Discussions and reflections on science and life

Dang are they weird…but what would we do without them?

with 3 comments

So, Val asked in the comments:

As someone with a sweet tooth for speculative biology, I can’t help inquiring as to the materials which you refer in this passage:
“although there have been some theories about alternate high yield ATP production pathways or schemata of power management”

Could you please point me towards sources where I can find out more about said hypothetical pathways and power management schemata?
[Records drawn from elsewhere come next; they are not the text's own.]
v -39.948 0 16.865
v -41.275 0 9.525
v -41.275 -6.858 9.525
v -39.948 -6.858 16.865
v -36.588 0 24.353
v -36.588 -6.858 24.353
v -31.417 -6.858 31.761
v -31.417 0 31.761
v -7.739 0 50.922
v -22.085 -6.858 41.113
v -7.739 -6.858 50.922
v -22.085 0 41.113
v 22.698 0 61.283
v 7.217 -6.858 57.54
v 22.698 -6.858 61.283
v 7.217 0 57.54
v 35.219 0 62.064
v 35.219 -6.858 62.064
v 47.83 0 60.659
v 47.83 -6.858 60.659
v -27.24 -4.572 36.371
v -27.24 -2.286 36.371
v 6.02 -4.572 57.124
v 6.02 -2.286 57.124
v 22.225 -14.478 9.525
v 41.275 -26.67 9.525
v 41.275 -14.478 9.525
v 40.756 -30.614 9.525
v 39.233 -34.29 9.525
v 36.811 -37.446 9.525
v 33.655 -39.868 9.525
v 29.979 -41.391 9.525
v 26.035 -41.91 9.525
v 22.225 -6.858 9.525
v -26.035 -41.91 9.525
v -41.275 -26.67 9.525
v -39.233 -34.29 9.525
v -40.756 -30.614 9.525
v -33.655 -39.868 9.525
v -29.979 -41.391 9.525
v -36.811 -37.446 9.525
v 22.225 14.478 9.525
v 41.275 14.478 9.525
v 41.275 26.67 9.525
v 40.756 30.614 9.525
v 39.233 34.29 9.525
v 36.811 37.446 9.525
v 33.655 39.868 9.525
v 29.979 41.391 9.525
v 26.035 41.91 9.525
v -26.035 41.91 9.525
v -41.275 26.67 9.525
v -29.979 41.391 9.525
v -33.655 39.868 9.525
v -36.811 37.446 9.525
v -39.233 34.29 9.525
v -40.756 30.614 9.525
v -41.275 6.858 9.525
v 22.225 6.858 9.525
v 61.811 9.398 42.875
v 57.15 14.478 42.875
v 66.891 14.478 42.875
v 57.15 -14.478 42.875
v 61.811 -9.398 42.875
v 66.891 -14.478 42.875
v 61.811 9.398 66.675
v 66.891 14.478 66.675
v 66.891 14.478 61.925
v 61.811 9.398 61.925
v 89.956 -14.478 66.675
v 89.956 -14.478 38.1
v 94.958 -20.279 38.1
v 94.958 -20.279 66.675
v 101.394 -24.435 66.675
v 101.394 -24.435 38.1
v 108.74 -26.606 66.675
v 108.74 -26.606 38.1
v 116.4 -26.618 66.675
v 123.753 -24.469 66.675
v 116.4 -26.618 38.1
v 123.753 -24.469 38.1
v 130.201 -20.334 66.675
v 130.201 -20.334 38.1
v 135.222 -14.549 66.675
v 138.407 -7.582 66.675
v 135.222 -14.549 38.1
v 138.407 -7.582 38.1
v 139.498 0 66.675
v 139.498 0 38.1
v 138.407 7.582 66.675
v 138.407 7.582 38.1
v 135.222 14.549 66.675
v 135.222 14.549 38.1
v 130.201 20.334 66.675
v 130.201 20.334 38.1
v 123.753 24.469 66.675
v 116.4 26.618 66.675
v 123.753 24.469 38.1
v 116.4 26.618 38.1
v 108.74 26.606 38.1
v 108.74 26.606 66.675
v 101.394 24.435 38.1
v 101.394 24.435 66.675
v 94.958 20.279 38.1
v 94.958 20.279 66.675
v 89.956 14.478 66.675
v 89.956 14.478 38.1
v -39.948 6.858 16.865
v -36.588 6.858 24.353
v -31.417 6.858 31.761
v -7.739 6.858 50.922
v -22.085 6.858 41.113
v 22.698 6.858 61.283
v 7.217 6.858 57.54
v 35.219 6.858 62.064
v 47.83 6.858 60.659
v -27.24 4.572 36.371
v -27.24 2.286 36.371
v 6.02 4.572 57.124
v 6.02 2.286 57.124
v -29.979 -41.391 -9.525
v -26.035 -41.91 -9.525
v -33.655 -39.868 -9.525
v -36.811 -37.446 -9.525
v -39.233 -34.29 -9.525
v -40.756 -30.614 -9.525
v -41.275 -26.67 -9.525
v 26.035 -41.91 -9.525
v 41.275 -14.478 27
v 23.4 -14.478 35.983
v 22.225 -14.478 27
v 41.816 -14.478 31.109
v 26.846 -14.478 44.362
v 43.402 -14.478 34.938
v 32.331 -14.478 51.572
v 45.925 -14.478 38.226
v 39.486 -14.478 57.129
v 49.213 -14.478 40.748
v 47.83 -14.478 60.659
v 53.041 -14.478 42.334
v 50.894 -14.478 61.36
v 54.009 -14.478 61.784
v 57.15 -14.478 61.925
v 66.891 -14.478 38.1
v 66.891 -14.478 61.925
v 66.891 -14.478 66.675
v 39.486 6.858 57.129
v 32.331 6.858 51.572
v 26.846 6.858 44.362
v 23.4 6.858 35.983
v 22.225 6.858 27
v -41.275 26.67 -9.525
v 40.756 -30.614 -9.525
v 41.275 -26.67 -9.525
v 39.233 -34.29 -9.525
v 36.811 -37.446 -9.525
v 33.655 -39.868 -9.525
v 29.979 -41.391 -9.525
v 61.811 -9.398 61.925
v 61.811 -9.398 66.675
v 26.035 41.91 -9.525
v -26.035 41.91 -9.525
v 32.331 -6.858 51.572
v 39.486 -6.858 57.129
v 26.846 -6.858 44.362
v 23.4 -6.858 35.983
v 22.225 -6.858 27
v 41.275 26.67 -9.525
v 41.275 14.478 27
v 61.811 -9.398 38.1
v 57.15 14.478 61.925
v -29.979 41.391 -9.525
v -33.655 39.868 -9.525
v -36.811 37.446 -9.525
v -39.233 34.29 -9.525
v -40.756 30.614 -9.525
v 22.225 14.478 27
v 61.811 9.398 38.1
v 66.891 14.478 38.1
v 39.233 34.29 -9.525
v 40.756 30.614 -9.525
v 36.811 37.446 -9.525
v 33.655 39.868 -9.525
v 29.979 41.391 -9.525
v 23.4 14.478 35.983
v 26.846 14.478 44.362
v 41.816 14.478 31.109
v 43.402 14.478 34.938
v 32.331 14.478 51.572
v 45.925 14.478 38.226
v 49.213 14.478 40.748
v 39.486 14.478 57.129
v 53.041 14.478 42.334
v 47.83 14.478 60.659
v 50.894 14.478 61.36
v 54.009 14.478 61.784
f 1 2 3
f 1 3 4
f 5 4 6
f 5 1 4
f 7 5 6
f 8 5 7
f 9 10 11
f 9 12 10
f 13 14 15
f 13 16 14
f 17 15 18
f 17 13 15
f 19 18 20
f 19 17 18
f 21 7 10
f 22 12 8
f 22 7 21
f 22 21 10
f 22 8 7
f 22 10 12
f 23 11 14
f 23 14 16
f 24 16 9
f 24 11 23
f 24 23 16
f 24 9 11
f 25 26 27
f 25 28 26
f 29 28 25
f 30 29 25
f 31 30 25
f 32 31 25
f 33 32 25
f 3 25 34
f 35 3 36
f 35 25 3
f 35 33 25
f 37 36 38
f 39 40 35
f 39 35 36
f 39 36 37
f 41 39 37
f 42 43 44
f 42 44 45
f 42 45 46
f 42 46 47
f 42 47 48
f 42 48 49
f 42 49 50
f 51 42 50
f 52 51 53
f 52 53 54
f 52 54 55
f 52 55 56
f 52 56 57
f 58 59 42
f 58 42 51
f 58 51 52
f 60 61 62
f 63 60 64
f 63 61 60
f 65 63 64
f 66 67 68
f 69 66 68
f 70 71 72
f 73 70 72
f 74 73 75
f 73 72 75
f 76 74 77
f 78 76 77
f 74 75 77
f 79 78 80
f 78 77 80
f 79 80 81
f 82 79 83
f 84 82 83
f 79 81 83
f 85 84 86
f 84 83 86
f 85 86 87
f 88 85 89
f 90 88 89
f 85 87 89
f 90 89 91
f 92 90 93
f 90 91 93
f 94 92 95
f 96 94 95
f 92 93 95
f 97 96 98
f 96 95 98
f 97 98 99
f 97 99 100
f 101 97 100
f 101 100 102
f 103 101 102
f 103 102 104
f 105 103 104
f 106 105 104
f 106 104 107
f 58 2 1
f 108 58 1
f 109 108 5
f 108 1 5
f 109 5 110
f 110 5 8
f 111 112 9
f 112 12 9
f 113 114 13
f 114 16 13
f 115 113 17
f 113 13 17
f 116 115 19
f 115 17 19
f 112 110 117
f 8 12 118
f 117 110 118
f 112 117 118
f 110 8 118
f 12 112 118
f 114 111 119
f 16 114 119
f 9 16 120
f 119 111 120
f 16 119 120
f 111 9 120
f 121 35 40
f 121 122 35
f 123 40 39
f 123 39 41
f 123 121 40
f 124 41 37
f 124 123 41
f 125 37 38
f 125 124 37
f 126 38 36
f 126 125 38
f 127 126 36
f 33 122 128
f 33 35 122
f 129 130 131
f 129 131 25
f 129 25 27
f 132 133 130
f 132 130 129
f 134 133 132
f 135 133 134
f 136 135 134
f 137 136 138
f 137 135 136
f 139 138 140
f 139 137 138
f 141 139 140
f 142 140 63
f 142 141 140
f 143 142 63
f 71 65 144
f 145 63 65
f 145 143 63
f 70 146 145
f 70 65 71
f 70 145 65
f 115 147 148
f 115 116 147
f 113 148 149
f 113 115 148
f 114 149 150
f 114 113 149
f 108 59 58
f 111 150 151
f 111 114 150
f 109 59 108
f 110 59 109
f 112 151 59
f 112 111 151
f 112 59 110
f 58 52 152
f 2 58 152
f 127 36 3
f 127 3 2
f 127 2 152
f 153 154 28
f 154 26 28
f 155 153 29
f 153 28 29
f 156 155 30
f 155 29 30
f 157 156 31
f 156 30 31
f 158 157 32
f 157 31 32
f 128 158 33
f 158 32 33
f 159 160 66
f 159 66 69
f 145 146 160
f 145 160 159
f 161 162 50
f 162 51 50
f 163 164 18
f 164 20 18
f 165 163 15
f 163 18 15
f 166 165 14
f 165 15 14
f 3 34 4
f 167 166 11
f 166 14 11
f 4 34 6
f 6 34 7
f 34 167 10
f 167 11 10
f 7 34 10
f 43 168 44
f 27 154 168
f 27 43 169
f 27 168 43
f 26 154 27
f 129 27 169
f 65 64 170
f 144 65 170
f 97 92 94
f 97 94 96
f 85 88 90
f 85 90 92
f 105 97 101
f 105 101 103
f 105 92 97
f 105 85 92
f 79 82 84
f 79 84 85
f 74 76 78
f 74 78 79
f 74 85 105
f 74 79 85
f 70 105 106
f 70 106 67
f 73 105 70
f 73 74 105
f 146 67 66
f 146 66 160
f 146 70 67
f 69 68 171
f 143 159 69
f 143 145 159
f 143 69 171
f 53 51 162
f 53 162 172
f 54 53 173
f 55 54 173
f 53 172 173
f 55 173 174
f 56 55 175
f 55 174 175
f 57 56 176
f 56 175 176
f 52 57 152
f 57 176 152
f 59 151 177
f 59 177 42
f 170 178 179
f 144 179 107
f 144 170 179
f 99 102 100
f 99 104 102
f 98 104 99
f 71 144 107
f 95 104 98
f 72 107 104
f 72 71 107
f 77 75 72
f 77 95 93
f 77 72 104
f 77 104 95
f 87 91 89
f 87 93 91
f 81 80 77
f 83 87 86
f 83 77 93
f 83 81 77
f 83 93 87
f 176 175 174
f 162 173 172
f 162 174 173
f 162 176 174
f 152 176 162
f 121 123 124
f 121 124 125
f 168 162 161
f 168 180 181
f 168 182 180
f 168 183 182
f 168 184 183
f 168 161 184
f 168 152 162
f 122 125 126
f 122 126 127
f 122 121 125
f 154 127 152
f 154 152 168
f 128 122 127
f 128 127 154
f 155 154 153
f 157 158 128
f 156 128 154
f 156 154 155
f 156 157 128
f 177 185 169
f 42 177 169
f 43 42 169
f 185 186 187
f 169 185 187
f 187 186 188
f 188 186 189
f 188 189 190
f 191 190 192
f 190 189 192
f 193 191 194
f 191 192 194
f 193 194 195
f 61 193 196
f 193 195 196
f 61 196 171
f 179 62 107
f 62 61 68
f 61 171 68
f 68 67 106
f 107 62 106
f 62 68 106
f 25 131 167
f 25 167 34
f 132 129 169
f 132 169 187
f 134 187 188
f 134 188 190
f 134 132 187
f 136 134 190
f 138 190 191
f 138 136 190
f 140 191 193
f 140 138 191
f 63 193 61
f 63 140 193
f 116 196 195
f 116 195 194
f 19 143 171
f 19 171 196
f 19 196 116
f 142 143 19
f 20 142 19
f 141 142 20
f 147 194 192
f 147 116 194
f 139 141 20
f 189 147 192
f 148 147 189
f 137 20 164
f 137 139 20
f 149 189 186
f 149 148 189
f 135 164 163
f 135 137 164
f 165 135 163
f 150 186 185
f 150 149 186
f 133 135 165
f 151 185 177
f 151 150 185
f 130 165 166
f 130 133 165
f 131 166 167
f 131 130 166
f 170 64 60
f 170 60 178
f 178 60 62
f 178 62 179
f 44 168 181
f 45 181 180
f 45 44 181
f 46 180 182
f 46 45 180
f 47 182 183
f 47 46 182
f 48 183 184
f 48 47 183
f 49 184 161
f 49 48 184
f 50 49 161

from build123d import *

# Parameters (mm, degrees)
F1_DEPTH = 41.91
F0_W     = 23.9135493911
F0_H     = 19.0500000095
F0_H_2   = 4.7497999905
F0_H_3   = 4.7752
F2_DEPTH = 14.478
F3_DEPTH = 6.858
F5_R     = 15.24
F6_SIZE  = 5.08


with BuildPart() as f1:
    # F0 (on Front) → F1 (new body, symmetric)
    with BuildSketch(Plane.XZ):
        Polygon((22.2249999905, 9.525), (-41.275, 9.525), (-41.275, -9.525), (41.275, -9.525), (41.275, 9.525), align=None)
    extrude(amount=F1_DEPTH, both=True)

    # F0 (on Front) → F2 (join, symmetric)
    with BuildSketch(Plane.XZ):
        with Locations((73.7682253044, 52.4002000047)):
            Rectangle(F0_W, F0_H)
        Polygon((85.725, 66.675), (85.725, 61.9252000095), (85.725, 42.8752), (85.725, 38.1), (112.6114506089, 38.1), (112.6114506089, 66.675), align=None)
        with Locations((73.7682253044, 64.3001000047)):
            Rectangle(F0_W, F0_H_2)
        with Locations((73.7682253044, 40.4876)):
            Rectangle(F0_W, F0_H_3)
        with BuildLine():
            Line((22.2249999905, 27.0002), (22.2249999905, 9.525))
            Line((22.2249999905, 9.525), (41.275, 9.525))
            Line((41.275, 9.525), (41.275, 27.0002))
            ThreePointArc((41.275, 27.0002), (45.9246798487, 38.2255201513), (57.15, 42.8752))
            Line((57.15, 42.8752), (61.8114506089, 42.8752))
            Line((61.8114506089, 42.8752), (61.8114506089, 61.9252000095))
            Line((61.8114506089, 61.9252000095), (57.15, 61.9252000095))
            ThreePointArc((57.15, 61.9252000095), (52.4471910202, 61.6071243557), (47.8300426869, 60.6586910735))
            ThreePointArc((47.8300426869, 60.6586910735), (29.3538209918, 48.1456027677), (22.2249999905, 27.0002))
        make_face()
    extrude(amount=F2_DEPTH, both=True)

    # F0 (on Front) → F3 (join, symmetric)
    with BuildSketch(Plane.XZ):
        with BuildLine():
            add(Edge.make_bspline(
                [(-41.275, 9.525), (-40.409822017, 35.7104353607), (5.303404294, 69.4405809045), (47.8300426869, 60.6586910735)],
                knots=[0, 0, 0, 0, 102.734429453, 102.734429453, 102.734429453, 102.734429453], degree=3))
            Line((-41.275, 9.525), (22.2249999905, 9.525))
            Line((22.2249999905, 9.525), (22.2249999905, 27.0002))
            ThreePointArc((22.2249999905, 27.0002), (29.3538209918, 48.1456027677), (47.8300426869, 60.6586910735))
        make_face()
    extrude(amount=F3_DEPTH, both=True)

    # F0 (on Front) → F4 (revolve)
    with BuildSketch(Plane.XZ):
        Polygon((85.725, 66.675), (85.725, 61.9252000095), (85.725, 42.8752), (85.725, 38.1), (112.6114506089, 38.1), (112.6114506089, 66.675), align=None)
    revolve(axis=Axis((112.6114506089, 0, 52.3875), (0, 0, 1)))

    # F5
    f5_edges = [f1.edges().sort_by_distance(p)[0] for p in [
        (-41.275, -41.91, 0),
        (41.275, -41.91, 0),
        (41.275, 41.91, 0),
        (-41.275, 41.91, 0),
    ]]
    fillet(f5_edges, radius=F5_R)

    # F6
    f6_edges = [f1.edges().sort_by_distance(p)[0] for p in [
        (61.811451, -14.478, 64.3001),
        (61.811451, -14.478, 40.4876),
        (61.811451, 14.478, 64.3001),
        (61.811451, 14.478, 40.4876),
    ]]
    chamfer(f6_edges, length=F6_SIZE)


solid = f1.part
And since it is an interesting question, and since I should be making a post today anyway, and since I made a mistake in that initial statement that needs to be fixed, I thought I would go ahead and take a shot at answering it out here on the frontpage.
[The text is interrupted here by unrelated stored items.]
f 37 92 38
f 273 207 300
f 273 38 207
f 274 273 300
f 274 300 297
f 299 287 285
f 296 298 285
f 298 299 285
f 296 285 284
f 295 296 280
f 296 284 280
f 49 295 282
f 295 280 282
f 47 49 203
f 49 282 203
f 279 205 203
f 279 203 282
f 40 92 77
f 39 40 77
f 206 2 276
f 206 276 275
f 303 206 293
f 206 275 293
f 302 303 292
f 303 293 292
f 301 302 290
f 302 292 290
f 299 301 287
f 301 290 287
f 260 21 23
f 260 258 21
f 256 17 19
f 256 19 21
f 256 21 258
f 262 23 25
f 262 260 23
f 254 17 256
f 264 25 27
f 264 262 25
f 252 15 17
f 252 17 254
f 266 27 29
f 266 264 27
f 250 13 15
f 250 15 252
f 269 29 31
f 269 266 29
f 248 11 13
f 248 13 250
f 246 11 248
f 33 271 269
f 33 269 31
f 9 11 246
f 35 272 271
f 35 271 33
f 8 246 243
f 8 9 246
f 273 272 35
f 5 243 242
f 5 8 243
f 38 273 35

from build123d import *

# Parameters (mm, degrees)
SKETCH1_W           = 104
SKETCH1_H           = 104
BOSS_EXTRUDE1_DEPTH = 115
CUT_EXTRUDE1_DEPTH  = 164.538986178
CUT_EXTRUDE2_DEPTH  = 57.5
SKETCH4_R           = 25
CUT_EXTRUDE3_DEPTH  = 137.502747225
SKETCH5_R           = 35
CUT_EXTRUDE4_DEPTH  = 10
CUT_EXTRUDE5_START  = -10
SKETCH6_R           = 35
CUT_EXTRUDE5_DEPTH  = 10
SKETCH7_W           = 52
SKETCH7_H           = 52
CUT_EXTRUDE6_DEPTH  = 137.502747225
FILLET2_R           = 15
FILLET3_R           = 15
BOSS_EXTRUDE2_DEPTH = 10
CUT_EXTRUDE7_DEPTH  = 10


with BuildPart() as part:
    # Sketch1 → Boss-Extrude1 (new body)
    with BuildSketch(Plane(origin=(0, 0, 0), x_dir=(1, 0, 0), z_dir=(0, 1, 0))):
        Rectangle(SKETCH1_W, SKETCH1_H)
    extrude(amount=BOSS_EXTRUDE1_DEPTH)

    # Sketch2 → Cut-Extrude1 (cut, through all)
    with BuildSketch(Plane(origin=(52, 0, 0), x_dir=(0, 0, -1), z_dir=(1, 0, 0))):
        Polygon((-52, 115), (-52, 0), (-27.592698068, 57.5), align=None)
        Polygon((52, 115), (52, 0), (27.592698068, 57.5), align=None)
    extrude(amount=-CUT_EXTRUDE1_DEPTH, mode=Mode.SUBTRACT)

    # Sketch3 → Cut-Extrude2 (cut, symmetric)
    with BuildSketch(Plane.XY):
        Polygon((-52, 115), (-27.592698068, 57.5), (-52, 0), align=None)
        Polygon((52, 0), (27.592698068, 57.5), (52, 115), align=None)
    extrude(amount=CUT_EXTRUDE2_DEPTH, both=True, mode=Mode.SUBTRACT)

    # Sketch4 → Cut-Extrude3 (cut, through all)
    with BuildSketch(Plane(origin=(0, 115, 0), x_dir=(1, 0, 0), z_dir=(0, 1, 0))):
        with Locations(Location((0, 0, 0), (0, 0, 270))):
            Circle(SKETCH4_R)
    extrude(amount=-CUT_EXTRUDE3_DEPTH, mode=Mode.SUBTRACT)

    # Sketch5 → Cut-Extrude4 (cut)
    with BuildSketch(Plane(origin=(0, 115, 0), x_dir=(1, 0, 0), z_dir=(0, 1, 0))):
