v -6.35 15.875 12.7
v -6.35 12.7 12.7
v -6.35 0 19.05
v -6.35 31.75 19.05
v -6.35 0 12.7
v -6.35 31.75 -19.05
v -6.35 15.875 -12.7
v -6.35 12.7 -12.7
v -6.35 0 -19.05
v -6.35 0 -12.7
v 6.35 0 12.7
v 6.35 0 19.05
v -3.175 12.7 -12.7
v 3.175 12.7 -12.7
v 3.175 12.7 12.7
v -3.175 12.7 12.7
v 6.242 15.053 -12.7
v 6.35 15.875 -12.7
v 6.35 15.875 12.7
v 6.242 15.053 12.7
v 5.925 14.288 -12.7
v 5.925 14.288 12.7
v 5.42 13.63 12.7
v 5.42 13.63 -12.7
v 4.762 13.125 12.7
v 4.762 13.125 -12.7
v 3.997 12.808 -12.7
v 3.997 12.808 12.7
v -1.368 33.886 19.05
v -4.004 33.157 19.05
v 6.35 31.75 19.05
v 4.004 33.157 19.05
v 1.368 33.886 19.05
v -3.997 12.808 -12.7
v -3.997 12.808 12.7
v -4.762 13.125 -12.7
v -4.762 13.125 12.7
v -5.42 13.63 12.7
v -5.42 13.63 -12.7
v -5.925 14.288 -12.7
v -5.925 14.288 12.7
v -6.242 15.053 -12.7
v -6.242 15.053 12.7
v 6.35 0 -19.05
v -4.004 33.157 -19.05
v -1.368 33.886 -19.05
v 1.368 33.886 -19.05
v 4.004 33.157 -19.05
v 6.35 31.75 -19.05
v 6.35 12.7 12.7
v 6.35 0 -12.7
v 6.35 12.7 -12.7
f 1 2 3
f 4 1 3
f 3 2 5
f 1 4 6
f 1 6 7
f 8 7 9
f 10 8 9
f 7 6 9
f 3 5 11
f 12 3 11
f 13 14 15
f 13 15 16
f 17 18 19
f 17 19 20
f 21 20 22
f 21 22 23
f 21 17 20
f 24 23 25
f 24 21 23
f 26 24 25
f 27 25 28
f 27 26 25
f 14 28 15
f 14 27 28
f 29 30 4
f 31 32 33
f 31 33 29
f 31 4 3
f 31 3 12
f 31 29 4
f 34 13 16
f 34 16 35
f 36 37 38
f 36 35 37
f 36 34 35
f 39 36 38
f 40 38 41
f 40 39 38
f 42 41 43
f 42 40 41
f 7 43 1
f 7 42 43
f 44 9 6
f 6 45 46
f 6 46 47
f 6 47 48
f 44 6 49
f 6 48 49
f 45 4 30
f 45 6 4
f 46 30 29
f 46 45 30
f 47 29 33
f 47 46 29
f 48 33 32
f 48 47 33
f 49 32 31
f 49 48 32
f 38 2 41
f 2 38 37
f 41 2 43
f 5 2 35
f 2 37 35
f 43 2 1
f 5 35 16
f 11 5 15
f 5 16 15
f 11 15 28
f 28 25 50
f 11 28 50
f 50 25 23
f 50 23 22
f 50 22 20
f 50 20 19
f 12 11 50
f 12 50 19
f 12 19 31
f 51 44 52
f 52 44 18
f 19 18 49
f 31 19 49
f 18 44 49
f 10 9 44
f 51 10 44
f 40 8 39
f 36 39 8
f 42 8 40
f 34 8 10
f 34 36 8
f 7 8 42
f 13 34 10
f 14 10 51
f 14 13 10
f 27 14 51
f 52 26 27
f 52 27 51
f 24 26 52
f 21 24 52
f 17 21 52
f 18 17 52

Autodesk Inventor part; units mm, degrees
ref_plane "YZ Plane" through (0, 0, 0) normal (1, 0, 0) x (0, 1, 0)
ref_plane "XZ Plane" through (0, 0, 0) normal (0, 1, 0) x (-1, 0, 0)
ref_plane "XY Plane" through (0, 0, 0) normal (0, 0, 1) x (1, 0, 0)
sketch "Sketch1" plane through (0, 0, 0) normal (0, 0, 1) x (1, 0, 0)
  line L0 (-6.35, 31.75) -> (-6.35, 0)
  line L1 (-6.35, 0) -> (6.35, 0)
  line L2 (6.35, 0) -> (6.35, 31.75)
  arc A0 (6.35, 31.75) -> (-6.35, 31.75) centre (0, 23.8189) ccw
  point P0 (0, 0)
  dimension "d1" = 31.75
  dimension "d2" = 12.7
  dimension "d3" = 10.16
extrude "Extrusion1" add sketch "Sketch1" along normal mid plane 38.1
sketch "Sketch2" plane through (0, 0, 0) normal (0, 0, 1) x (1, 0, 0)
  line L0 (-6.35, 0) -> (6.35, 0)
  line L1 (6.35, 0) -> (6.35, 12.7)
  line L2 (6.35, 12.7) -> (-6.35, 12.7)
  line L3 (-6.35, 12.7) -> (-6.35, 0)
  line L4 (0, -2.54) -> (0, 15.24) projected
  point P0 (0, 0)
  dimension "d6" = 12.7
  dimension "d7" = 6.35
  dimension "d10" = 12.7
extrude "Extrusion2" cut sketch "Sketch2" along normal mid plane 25.4
fillet "Fillet1" radius 3.175 2 edges at (-6.35, 12.7, 0) (6.35, 12.7, 0)
equation "\"d7\" = 0.5 * d6"
properties part number "Odyssey Bushing"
Firstly, I need to admit that I mistyped that first part and clarify a bit. I am not personally aware of any proposed higher yield pathways (although I would not be surprised if they were out there, but that level of biochem is a region to which I venture only rarely). When we talk about the yield of a metabolic pathway we generally express it in terms of the amount of product per cycle or the amount of product per amount of reactant. What I meant to say was that there are theories concerning how to increase the amount of product per time. The distinction may seem academic, but a faster pathway generating less ATP per cycle is technically lower yield than a slow pathway generating more ATP per cycle, even if the faster one produces more net ATP in the same amount of time. So what I meant to say was that there were “theories about alternate high rate ATP production pathways“. I hope that clears things up.

For those of you who don’t know, our (and other aerobic metabolizers) primary method of ATP production is a process called oxidative phosphorylation, which is dependent on our mitochondria. It is a low rate, high yield process resulting in ~32 mol ATP per 1 mol glucose. The primary method of ATP production in anaerobes is fermentation. It is a high rate, low yield process resulting in 2 mol ATP per 1 mol glucose. This trade off between yield and rate seems to be a necessary physical constant due to thermodynamic principles. All eukaryotic, multicellular life is dependent on aerobic metabolism. It’s just good evolutionary sense, as detailed in “Cooperation and Competition in the Evolution of ATP Producing Pathways” (Pfieffer, et al. 2001). But does it have to be? The answer is: probably not.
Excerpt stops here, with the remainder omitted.